Myocardial GLS was measured using the Philips EPIQ7 machine by using commercially available software (QLAb) for the LV. (Fig. 2) The mean GLS was calculated by averaging the peak GLS values of three apical views (2-, 3- and 4-ch) and automatic endocardial contour tracking was performed in end-systole. The timing of end-systole was determined by aortic valve closure. LVGLS assessment was carried out by a single pyhsician (BBK). The normal limit of GLS, which is expressed as a negative value, was < -18% [7, 10]. In other words, the more negative values demonstrate the better cardiac function.

Fig. 2
figure 2

Speckle tracking apical three chamber view showing global longitudinal strain

Continuous variables were reported as means ± standard deviation (SD), while categorical variables were presented as percentages. The normality tests for continuous variables were determined with the Kolmogorov–Smirnov test. The categorical variables between the groups were evaluated with the chi-square test. For continuous variables, the normally distributed data were evaluated with the Student's t-test and the data which was not normally distributed were evaluated with the Mann–Whitney U test. Multivariate logistic regression analysis was performed to evaluate the independent predictors of LVGLS > -18 and adverse clinical events. Values of p < 0.05 were considered statistically significant.
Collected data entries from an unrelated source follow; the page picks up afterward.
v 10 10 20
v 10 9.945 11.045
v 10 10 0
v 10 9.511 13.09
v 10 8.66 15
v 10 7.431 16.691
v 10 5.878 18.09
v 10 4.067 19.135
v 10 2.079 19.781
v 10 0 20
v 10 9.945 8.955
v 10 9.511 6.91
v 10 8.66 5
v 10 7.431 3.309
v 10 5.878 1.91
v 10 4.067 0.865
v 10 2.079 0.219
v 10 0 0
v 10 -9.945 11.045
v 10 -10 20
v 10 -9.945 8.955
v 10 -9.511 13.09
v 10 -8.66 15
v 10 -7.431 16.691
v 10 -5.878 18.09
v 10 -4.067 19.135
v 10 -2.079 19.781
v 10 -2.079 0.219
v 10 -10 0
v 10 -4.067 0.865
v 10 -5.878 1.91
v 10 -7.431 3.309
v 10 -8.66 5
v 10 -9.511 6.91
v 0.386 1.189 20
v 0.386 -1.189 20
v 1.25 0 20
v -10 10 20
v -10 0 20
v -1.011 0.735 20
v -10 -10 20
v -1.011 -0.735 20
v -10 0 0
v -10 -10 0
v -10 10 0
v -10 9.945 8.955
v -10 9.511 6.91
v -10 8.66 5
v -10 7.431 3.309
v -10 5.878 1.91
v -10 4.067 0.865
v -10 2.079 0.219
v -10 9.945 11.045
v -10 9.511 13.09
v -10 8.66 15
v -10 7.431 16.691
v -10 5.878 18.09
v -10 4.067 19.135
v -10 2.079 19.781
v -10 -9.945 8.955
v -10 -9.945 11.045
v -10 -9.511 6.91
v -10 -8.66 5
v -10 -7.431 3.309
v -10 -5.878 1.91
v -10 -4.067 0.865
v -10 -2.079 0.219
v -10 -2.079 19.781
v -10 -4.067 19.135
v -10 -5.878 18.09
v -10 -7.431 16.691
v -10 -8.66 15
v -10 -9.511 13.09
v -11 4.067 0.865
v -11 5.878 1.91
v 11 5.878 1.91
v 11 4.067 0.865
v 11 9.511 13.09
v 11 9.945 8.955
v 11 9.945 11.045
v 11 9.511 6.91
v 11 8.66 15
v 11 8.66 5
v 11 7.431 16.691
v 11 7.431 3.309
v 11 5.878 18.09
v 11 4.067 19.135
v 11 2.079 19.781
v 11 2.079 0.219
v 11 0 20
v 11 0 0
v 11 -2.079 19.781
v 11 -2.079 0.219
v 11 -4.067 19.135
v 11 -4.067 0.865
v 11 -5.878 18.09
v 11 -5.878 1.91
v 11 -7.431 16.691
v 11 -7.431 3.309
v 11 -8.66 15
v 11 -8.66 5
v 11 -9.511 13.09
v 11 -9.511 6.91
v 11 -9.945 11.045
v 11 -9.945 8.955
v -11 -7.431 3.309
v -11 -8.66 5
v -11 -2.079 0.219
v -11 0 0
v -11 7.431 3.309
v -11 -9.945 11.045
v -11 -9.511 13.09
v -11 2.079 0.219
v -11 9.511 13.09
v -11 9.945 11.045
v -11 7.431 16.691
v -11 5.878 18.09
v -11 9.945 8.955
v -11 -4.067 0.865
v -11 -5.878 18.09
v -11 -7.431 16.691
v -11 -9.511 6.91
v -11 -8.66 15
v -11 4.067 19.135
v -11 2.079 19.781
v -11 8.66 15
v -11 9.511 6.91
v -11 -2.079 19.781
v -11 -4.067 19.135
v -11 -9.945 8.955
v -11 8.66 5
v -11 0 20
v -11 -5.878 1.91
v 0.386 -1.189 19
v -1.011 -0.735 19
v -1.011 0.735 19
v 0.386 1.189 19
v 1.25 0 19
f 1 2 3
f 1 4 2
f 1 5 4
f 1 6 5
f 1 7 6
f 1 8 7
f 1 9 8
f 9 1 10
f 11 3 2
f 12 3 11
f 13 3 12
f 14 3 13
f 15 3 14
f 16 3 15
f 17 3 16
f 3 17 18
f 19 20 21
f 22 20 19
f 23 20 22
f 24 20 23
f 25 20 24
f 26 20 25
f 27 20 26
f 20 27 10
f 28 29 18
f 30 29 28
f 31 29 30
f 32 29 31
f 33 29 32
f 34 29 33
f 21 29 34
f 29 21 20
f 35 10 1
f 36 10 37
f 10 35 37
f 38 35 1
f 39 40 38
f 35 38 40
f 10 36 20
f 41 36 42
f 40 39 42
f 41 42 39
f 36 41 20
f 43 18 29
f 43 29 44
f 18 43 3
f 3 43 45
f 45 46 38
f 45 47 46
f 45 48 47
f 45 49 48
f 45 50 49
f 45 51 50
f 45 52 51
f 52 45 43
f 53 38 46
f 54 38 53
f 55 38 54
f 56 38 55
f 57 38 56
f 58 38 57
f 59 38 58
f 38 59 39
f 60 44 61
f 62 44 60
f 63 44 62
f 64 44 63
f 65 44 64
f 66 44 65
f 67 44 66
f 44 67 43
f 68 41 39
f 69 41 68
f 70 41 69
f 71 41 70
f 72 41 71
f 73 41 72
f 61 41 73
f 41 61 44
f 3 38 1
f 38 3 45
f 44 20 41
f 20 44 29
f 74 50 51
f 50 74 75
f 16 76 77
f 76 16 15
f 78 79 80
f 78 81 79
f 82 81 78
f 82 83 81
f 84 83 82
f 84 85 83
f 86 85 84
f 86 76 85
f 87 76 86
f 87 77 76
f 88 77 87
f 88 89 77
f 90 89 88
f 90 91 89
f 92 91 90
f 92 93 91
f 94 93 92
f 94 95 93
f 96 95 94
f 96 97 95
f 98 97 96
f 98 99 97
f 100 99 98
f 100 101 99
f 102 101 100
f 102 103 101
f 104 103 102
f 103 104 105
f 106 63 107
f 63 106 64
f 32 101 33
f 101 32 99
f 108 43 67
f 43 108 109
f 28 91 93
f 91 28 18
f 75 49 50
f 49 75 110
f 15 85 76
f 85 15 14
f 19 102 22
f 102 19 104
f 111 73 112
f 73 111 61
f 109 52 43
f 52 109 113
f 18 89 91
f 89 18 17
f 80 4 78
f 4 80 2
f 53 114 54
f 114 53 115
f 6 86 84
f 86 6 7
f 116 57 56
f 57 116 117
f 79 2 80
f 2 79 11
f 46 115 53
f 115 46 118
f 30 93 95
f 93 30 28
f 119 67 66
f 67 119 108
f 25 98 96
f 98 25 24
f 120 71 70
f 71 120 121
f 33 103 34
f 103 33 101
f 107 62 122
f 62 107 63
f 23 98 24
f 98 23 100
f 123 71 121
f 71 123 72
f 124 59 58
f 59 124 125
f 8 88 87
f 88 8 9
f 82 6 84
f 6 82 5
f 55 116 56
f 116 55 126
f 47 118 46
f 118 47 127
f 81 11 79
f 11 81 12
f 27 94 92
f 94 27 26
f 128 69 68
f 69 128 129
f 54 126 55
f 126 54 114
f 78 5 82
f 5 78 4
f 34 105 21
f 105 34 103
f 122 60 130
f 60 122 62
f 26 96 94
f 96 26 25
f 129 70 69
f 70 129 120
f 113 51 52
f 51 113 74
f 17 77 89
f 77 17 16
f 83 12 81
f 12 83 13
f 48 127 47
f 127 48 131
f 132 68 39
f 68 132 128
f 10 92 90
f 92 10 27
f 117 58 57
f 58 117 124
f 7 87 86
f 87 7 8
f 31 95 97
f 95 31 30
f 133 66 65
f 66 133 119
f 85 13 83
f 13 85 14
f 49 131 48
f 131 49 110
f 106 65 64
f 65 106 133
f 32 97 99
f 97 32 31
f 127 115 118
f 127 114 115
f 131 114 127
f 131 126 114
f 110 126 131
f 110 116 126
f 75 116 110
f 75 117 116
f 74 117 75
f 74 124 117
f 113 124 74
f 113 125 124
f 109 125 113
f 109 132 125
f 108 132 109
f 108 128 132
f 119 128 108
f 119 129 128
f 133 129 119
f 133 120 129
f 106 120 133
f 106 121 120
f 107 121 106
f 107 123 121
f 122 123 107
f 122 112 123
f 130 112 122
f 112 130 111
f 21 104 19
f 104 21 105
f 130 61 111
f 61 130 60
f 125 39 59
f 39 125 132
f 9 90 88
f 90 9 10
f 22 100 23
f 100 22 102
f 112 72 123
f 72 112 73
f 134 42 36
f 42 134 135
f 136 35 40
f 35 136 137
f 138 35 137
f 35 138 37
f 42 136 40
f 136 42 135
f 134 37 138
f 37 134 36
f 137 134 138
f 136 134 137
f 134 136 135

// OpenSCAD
cube_size = 20; // [10:Small,20:Medium,30:Large,4:mini]

hole_diameter = 2.5;
hole_radius = hole_diameter/2;

// How deep should the center hole be?
hole_depth = 1; // [0,1,5,50]

show_wheels = "yes"; // [yes,no]

// How thick should the side wheels be?
wheel_thickness = 1; // [1:40]

// ignore this variable!
// foo=1;

// don't turn functions into params!
function BEZ03(u) = pow((1-u), 3);

// ignore variable values
bing = 3+4;
baz = 3 / hole_depth;

difference() {
  union() {
    translate([0, 0, cube_size/2]) cube([cube_size,cube_size,cube_size], center=true);
    if (show_wheels == "yes") {
      translate([0, 0, cube_size/2]) rotate([0, 90, 0]) {
        cylinder(r=cube_size/2, h=cube_size+(wheel_thickness*2), center=true);
      }
    }
  }
  translate([0, 0, cube_size-hole_depth]) cylinder(r=hole_radius, h=hole_depth);
}          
SPSS 22 software (SPSS Inc, Chicago, Illinois) was used to perform all statistical analysis.

Results

The demographic, clinical and laboratory data of the subjects were shown in Table 1. There were 22 males (57.9%) and 16 females (42.1%). The mean age of the patients was 54.4 ± 12.9 years (minimum 20, maximum 81). The positive troponin group was significantly older than the negative troponin group. There was no statistically significant difference between the groups in terms of DM, HTN, sex, smoking rates and BMI levels. Medical treatment of COVID-19 pneumonia was similar between the groups except for oseltamivir and favipiravir therapy. Compared with patients in the low troponin group, those in the high troponin group were more likely to have a higher D-dimer, CRP, procalcitonin, ferritin, creatinine, alanine transaminase (ALT), aspartate transaminase (AST) and lactate dehydrogenase (LDH) levels. There was no statistically significant difference in glucose levels and complete blood count parameters between the two groups.
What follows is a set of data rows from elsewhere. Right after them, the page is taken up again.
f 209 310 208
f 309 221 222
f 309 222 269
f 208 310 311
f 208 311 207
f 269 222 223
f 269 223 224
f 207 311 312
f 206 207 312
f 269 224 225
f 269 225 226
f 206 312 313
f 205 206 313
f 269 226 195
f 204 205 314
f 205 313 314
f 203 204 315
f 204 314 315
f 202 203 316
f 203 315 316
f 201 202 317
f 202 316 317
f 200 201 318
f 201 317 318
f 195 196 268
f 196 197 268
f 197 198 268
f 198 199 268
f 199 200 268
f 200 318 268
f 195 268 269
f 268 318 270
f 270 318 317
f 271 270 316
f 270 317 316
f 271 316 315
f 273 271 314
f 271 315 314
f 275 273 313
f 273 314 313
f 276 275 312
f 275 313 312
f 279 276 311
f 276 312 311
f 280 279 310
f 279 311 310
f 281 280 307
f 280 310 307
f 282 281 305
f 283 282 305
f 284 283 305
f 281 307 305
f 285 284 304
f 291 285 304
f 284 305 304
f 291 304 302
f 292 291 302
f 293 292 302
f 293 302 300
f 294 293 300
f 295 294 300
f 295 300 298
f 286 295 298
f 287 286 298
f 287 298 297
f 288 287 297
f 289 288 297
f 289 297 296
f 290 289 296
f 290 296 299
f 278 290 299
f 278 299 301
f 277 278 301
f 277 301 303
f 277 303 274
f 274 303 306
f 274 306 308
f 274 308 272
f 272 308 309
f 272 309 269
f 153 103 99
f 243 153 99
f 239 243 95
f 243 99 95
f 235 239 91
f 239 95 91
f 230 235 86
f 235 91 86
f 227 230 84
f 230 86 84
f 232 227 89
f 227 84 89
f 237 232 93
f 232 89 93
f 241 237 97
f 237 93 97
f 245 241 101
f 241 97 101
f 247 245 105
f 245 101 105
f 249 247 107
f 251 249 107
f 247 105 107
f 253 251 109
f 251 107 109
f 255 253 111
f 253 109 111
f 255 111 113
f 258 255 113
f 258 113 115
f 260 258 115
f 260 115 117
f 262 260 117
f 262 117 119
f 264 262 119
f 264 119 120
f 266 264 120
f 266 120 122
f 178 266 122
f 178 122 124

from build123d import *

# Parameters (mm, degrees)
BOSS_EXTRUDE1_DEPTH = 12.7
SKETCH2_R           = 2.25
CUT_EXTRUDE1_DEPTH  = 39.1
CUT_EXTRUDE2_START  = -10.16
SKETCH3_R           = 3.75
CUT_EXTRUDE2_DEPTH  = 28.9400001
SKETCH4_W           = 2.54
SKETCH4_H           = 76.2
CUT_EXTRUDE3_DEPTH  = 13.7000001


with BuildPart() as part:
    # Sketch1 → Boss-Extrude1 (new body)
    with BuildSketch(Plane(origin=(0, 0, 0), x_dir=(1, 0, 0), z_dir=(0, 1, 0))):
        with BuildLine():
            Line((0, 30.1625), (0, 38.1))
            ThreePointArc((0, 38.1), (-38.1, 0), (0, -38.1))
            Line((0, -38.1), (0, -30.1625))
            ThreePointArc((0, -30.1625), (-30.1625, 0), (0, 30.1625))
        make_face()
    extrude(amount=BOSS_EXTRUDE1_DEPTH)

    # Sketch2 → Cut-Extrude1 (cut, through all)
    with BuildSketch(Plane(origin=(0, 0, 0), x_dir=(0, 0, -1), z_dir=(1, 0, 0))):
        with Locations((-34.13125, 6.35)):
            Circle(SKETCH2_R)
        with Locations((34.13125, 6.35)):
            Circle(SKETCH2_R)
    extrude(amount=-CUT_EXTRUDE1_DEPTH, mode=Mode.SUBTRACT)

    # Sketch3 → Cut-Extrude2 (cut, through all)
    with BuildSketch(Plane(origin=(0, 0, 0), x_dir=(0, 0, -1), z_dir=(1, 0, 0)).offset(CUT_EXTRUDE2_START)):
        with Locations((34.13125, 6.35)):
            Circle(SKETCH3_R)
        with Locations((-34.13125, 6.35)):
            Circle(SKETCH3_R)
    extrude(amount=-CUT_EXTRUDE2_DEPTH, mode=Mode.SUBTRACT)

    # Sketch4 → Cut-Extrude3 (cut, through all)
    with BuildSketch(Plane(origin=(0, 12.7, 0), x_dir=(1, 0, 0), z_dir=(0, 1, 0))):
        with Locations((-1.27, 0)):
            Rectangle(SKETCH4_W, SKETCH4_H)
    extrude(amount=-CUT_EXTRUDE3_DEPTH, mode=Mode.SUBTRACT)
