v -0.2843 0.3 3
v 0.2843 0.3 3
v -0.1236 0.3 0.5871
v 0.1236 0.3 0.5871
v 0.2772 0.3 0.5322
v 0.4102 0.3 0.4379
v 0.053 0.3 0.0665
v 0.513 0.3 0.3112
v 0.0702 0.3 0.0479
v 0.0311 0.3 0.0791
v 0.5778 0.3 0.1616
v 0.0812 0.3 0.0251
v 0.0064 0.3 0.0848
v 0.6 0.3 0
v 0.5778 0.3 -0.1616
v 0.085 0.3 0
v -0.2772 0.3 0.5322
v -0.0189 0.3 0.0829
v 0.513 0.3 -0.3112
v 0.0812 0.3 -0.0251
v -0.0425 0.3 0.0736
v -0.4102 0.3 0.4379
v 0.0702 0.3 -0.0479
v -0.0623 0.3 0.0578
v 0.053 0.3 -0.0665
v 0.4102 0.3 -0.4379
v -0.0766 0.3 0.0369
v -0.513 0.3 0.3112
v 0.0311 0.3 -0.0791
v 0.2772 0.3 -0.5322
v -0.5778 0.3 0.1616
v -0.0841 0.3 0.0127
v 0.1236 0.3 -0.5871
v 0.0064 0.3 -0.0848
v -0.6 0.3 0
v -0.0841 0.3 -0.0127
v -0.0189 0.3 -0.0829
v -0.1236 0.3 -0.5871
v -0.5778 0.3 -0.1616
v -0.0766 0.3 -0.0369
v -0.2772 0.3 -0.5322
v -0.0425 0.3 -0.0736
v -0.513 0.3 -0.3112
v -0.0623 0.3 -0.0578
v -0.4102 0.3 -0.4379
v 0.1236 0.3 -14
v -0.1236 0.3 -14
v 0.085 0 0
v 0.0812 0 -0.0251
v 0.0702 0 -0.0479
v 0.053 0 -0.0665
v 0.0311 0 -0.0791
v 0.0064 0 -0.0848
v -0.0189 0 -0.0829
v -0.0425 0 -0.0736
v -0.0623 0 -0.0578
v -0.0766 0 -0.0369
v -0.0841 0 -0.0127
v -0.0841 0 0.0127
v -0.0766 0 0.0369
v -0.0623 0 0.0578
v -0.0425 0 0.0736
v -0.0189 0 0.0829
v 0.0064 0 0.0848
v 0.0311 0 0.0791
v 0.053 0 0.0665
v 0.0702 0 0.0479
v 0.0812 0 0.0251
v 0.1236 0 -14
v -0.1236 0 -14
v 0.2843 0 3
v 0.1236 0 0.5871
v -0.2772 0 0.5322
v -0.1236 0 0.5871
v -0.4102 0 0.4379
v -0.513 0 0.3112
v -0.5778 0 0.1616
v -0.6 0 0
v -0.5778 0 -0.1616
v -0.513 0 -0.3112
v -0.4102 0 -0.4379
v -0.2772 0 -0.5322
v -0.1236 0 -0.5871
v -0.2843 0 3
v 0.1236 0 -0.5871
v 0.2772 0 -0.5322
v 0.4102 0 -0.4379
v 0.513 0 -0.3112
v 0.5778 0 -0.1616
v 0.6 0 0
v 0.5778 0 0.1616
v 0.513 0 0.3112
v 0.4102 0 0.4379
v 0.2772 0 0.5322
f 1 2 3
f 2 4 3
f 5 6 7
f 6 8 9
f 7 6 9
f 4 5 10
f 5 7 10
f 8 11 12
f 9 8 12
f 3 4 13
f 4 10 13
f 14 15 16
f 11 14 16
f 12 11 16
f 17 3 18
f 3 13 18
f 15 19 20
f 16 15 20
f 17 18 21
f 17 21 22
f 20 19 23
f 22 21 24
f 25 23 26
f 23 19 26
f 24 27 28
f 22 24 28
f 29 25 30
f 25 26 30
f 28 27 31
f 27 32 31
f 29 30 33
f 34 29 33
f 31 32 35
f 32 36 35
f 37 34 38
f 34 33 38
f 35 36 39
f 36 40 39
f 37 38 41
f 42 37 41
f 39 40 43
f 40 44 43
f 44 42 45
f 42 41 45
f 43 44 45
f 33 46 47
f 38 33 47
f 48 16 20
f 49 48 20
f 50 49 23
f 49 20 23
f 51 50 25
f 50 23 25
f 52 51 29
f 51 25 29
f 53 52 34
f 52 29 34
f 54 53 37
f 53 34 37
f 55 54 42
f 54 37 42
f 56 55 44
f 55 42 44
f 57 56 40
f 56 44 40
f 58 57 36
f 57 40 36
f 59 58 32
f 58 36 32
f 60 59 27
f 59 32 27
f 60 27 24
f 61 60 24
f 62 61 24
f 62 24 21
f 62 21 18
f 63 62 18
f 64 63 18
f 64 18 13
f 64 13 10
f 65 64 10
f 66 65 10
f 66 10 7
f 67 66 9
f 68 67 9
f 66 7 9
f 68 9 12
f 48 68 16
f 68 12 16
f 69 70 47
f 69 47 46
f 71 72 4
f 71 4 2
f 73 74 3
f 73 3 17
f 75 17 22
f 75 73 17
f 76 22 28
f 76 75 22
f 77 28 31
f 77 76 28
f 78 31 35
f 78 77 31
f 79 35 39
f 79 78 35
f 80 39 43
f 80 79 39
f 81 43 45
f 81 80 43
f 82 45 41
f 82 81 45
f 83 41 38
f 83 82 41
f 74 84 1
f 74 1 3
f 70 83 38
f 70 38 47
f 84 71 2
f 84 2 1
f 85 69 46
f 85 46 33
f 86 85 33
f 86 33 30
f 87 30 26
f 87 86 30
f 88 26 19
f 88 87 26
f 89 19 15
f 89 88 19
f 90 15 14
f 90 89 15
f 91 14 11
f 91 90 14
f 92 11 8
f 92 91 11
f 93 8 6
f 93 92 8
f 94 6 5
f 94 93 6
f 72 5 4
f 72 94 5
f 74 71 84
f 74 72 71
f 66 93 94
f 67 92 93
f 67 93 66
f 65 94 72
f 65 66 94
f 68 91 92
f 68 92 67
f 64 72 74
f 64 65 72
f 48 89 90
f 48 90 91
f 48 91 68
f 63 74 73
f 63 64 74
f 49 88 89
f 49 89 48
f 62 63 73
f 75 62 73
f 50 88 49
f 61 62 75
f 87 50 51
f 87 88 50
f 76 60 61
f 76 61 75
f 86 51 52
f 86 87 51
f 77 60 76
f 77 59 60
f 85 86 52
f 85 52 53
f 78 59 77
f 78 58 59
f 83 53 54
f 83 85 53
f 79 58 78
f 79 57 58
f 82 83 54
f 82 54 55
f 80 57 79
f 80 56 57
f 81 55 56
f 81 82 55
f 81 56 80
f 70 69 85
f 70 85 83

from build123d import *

# Parameters (mm, degrees)
BOSS_EXTRUDE1_DEPTH = 0.3
SKETCH2_R           = 0.085
CUT_EXTRUDE1_DEPTH  = 0.3


with BuildPart() as part:
    # Sketch1 → Boss-Extrude1 (new body)
    with BuildSketch(Plane(origin=(0, 0, 0), x_dir=(1, 0, 0), z_dir=(0, 1, 0))):
        with BuildLine():
            Line((0.284268307, -3), (-0.284268307, -3))
            Line((-0.284268307, -3), (-0.123615756, -0.587127878))
            ThreePointArc((-0.123615756, -0.587127878), (-0.6, 0), (-0.123615756, 0.587127878))
            Line((-0.123615756, 0.587127878), (-0.123615756, 14))
            Line((-0.123615756, 14), (0.123615756, 14))
            Line((0.123615756, 14), (0.123615756, 0.587127878))
            ThreePointArc((0.123615756, 0.587127878), (0.6, 0), (0.123615756, -0.587127878))
            Line((0.123615756, -0.587127878), (0.284268307, -3))
        make_face()
    extrude(amount=BOSS_EXTRUDE1_DEPTH)

    # Sketch2 → Cut-Extrude1 (cut)
    with BuildSketch(Plane(origin=(0, 0.3, 0), x_dir=(1, 0, 0), z_dir=(0, 1, 0))):
        Circle(SKETCH2_R)
    extrude(amount=-CUT_EXTRUDE1_DEPTH, mode=Mode.SUBTRACT)


solid = part.part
Table 1 The demographic and clinical data of the study group according to hs-TnI levels

The echocardiographic characteristics of the study group were described in Table 2. Compared with patients in the low troponin group, those in the high troponin group had similar LVGLS and EF levels. Also, transmitral flow parameters and tissue Doppler parameters except septal e’ wave velocity showed no difference. Patients in the positive troponin group exhibited more dilated left atrium and left ventricle, higher LVEDV, left atrial volume and volume index. The thickness of the interventricular septum and LV posterior wall, LVM and LVMI tended to be higher in the positive troponin group. At the same time, TAPSE, RV diameter, S’ velocity and the number of patients with GLS ≥ − 18 did not differ between the two groups. Baseline echocardiographic parameters and clinical endpoints of the study population according to age were described in Table 3. LV end diastolic and left atrial diameters, thickness of the interventricular septum, LVM, LVMI and need for high flow oxygen tended to be higher in the age ≥ 65 group. However, EF and septal e’ wave velocity were significantly lower in the elderly group. LVGLS values, number of patients with LVGLS > − 18, admission to ICU and need for intubation tended to be higher in the elderly group but these findings did not reach statistically significance. Other echocardiographic parameters and clinical endpoints showed no difference between the groups.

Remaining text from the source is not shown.